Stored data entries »
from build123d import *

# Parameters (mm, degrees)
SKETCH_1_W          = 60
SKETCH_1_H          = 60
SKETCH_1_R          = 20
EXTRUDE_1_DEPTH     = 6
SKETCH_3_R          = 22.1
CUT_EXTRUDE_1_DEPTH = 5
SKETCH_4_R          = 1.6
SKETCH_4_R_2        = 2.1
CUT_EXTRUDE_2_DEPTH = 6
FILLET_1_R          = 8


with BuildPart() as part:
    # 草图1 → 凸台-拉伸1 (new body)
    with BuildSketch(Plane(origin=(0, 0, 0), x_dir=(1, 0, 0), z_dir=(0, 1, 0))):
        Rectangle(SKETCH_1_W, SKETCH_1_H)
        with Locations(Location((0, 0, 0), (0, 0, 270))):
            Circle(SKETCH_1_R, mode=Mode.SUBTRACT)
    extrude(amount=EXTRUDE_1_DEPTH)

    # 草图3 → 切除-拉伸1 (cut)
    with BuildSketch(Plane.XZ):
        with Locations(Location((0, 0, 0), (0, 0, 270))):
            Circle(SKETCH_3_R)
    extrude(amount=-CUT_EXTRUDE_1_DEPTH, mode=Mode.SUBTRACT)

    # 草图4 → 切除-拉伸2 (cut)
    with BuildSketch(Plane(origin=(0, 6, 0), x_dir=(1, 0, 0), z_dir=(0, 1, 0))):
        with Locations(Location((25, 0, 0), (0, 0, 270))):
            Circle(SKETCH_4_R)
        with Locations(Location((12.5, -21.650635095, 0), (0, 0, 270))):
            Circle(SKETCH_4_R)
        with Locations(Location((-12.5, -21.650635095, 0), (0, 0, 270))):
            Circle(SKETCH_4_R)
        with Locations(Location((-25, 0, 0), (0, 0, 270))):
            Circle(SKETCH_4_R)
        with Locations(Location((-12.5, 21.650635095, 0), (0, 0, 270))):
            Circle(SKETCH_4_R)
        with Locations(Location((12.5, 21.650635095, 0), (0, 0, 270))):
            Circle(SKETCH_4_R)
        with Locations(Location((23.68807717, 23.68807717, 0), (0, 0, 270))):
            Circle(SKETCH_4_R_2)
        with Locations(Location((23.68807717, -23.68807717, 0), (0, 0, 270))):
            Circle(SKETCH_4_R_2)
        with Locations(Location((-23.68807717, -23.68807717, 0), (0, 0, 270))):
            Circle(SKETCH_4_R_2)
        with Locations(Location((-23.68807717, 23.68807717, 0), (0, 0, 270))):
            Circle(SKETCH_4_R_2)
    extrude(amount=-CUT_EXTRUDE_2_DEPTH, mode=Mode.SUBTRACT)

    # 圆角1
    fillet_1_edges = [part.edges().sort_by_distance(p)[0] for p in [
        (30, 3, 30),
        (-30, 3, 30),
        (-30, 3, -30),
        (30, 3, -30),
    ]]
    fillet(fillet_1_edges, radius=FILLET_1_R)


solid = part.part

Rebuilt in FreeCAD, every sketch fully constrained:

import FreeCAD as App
import Part
import Sketcher
from FreeCAD import Vector


def edges_at(feature, points):
    """Names of the edges that pass closest to the given points."""
    edges = feature.Shape.Edges
    near = lambda p: min(range(len(edges)), key=lambda i: edges[i].distToShape(Part.Vertex(*p))[0])
    return sorted({f"Edge{near(p) + 1}" for p in points})


def add_polygon(sketch, points):
    """Adds a closed chain of lines whose ends are joined by coincident constraints."""
    first, n = sketch.GeometryCount, len(points)
    for a, b in zip(points, points[1:] + points[:1]):
        sketch.addGeometry(Part.LineSegment(App.Vector(*a, 0), App.Vector(*b, 0)), False)
    for i in range(n):
        sketch.addConstraint(Sketcher.Constraint("Coincident", first + i, 2, first + (i + 1) % n, 1))

doc = App.newDocument("Part")
params = doc.addObject("Spreadsheet::Sheet", "Params")
for row, (alias, value) in enumerate([
    ("sketch1_diameter", "40 mm"),
    ("sketch1_width", "60 mm"),
    ("pad1_length", "6 mm"),
    ("sketch2_diameter", "44.2 mm"),
    ("pocket1_length", "5 mm"),
    ("sketch3_diameter", "3.2 mm"),
    ("sketch3_diameter2", "4.2 mm"),
    ("pocket2_length", "6 mm"),
    ("fillet_radius", "8 mm"),
], start=1):
    params.set(f"A{row}", alias)
    params.set(f"B{row}", "=" + value)
    params.setAlias(f"B{row}", alias)

body = doc.addObject("PartDesign::Body", "Body")

# Sketch on XZ plane
sketch1 = doc.addObject("Sketcher::SketchObject", "Sketch")
body.addObject(sketch1)
sketch1.AttachmentSupport = (doc.XZ_Plane, [""])
sketch1.MapMode = "FlatFace"
add_polygon(sketch1, [(-30, -30), (-30, 30), (30, 30), (30, -30)])  # lines 0-3
sketch1.addGeometry(Part.Circle(Vector(0, 0, 0), Vector(0, 0, 1), 20), False)  # 4
sketch1.addConstraint(Sketcher.Constraint("Vertical", 0))
sketch1.addConstraint(Sketcher.Constraint("Horizontal", 1))
sketch1.addConstraint(Sketcher.Constraint("Vertical", 2))
sketch1.addConstraint(Sketcher.Constraint("Horizontal", 3))
sketch1.addConstraint(Sketcher.Constraint("Coincident", 4, 3, -1, 1))
sketch1.addConstraint(Sketcher.Constraint("Symmetric", 0, 2, 2, 2, -1, 1))
sketch1.addConstraint(Sketcher.Constraint("Equal", 3, 0))
sketch1.addConstraint(Sketcher.Constraint("Diameter", 4, 40.0))
sketch1.addConstraint(Sketcher.Constraint("DistanceX", 1, 1, 1, 2, 60.0))
sketch1.setExpression("Constraints[11]", "Params.sketch1_diameter")
sketch1.setExpression("Constraints[12]", "Params.sketch1_width")
pad1 = doc.addObject("PartDesign::Pad", "Pad")
body.addObject(pad1)
pad1.Profile = sketch1
pad1.setExpression("Length", "Params.pad1_length")
pad1.Reversed = True

# Sketch on XZ plane
sketch2 = doc.addObject("Sketcher::SketchObject", "Sketch001")
body.addObject(sketch2)
sketch2.AttachmentSupport = (doc.XZ_Plane, [""])
sketch2.MapMode = "FlatFace"
sketch2.addGeometry(Part.Circle(Vector(0, 0, 0), Vector(0, 0, 1), 22.1), False)
sketch2.addConstraint(Sketcher.Constraint("Coincident", 0, 3, -1, 1))
sketch2.addConstraint(Sketcher.Constraint("Diameter", 0, 44.2))
sketch2.setExpression("Constraints[1]", "Params.sketch2_diameter")
pocket1 = doc.addObject("PartDesign::Pocket", "Pocket")
body.addObject(pocket1)
pocket1.Profile = sketch2
pocket1.setExpression("Length", "Params.pocket1_length")

# Sketch on XZ plane
sketch3 = doc.addObject("Sketcher::SketchObject", "Sketch002")
body.addObject(sketch3)
sketch3.AttachmentSupport = (doc.XZ_Plane, [""])
sketch3.MapMode = "FlatFace"
sketch3.AttachmentOffset = App.Placement(Vector(0, 0, -6), App.Rotation())
sketch3.addGeometry(Part.Circle(Vector(25, 0, 0), Vector(0, 0, 1), 1.6), False)
sketch3.addGeometry(Part.Circle(Vector(12.5, 21.650635, 0), Vector(0, 0, 1), 1.6), False)
sketch3.addGeometry(Part.Circle(Vector(-12.5, 21.650635, 0), Vector(0, 0, 1), 1.6), False)
sketch3.addGeometry(Part.Circle(Vector(-25, 0, 0), Vector(0, 0, 1), 1.6), False)
sketch3.addGeometry(Part.Circle(Vector(-12.5, -21.650635, 0), Vector(0, 0, 1), 1.6), False)
sketch3.addGeometry(Part.Circle(Vector(12.5, -21.650635, 0), Vector(0, 0, 1), 1.6), False)
sketch3.addGeometry(Part.Circle(Vector(23.688077, -23.688077, 0), Vector(0, 0, 1), 2.1), False)
sketch3.addGeometry(Part.Circle(Vector(23.688077, 23.688077, 0), Vector(0, 0, 1), 2.1), False)
sketch3.addGeometry(Part.Circle(Vector(-23.688077, 23.688077, 0), Vector(0, 0, 1), 2.1), False)
sketch3.addGeometry(Part.Circle(Vector(-23.688077, -23.688077, 0), Vector(0, 0, 1), 2.1), False)
sketch3.addConstraint(Sketcher.Constraint("Equal", 0, 1))
sketch3.addConstraint(Sketcher.Constraint("Equal", 1, 2))
sketch3.addConstraint(Sketcher.Constraint("Equal", 2, 3))
sketch3.addConstraint(Sketcher.Constraint("Equal", 3, 4))
sketch3.addConstraint(Sketcher.Constraint("Equal", 4, 5))
sketch3.addConstraint(Sketcher.Constraint("Equal", 6, 7))
sketch3.addConstraint(Sketcher.Constraint("Equal", 7, 8))
sketch3.addConstraint(Sketcher.Constraint("Equal", 8, 9))
sketch3.addConstraint(Sketcher.Constraint("Symmetric", 0, 3, 3, 3, -1, 1))
sketch3.addConstraint(Sketcher.Constraint("Symmetric", 1, 3, 4, 3, -1, 1))
sketch3.addConstraint(Sketcher.Constraint("Symmetric", 2, 3, 5, 3, -1, 1))
sketch3.addConstraint(Sketcher.Constraint("Symmetric", 6, 3, 8, 3, -1, 1))
sketch3.addConstraint(Sketcher.Constraint("Symmetric", 7, 3, 9, 3, -1, 1))
sketch3.addConstraint(Sketcher.Constraint("Symmetric", 1, 3, 2, 3, -2))
sketch3.addConstraint(Sketcher.Constraint("Symmetric", 7, 3, 8, 3, -2))
sketch3.addConstraint(Sketcher.Constraint("PointOnObject", 0, 3, -1))
sketch3.addConstraint(Sketcher.Constraint("Diameter", 0, 3.2))
sketch3.addConstraint(Sketcher.Constraint("Diameter", 6, 4.2))
sketch3.addConstraint(Sketcher.Constraint("DistanceX", -1, 1, 0, 3, 25.0))
sketch3.addConstraint(Sketcher.Constraint("DistanceX", 2, 3, 1, 3, 25.0))
sketch3.addConstraint(Sketcher.Constraint("DistanceY", 4, 3, 2, 3, 43.30127))
sketch3.addConstraint(Sketcher.Constraint("DistanceX", -1, 1, 6, 3, 23.688077))
sketch3.addConstraint(Sketcher.Constraint("DistanceY", 6, 3, -1, 1, 23.688077))
sketch3.setExpression("Constraints[16]", "Params.sketch3_diameter")
sketch3.setExpression("Constraints[17]", "Params.sketch3_diameter2")
pocket2 = doc.addObject("PartDesign::Pocket", "Pocket001")
body.addObject(pocket2)
pocket2.Profile = sketch3
pocket2.setExpression("Length", "Params.pocket2_length")
pocket2.Reversed = True
doc.recompute()

fillet = doc.addObject("PartDesign::Fillet", "Fillet")
body.addObject(fillet)
fillet.Base = (pocket2, edges_at(pocket2, [
    (30, 3, 30),
    (-30, 3, 30),
    (-30, 3, -30),
    (30, 3, -30),
]))
fillet.setExpression("Radius", "Params.fillet_radius")

doc.recompute()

Task objective » Could you return exactly the stretch of the data above that starts at the line with "Circle(SKETCH_1_R, mode=Mode.SUBTRACT)" and ends at the line with "# 草图4 → 切除-拉伸2 (cut)", both lines included?

Final answer »
            Circle(SKETCH_1_R, mode=Mode.SUBTRACT)
    extrude(amount=EXTRUDE_1_DEPTH)

    # 草图3 → 切除-拉伸1 (cut)
    with BuildSketch(Plane.XZ):
        with Locations(Location((0, 0, 0), (0, 0, 270))):
            Circle(SKETCH_3_R)
    extrude(amount=-CUT_EXTRUDE_1_DEPTH, mode=Mode.SUBTRACT)

    # 草图4 → 切除-拉伸2 (cut)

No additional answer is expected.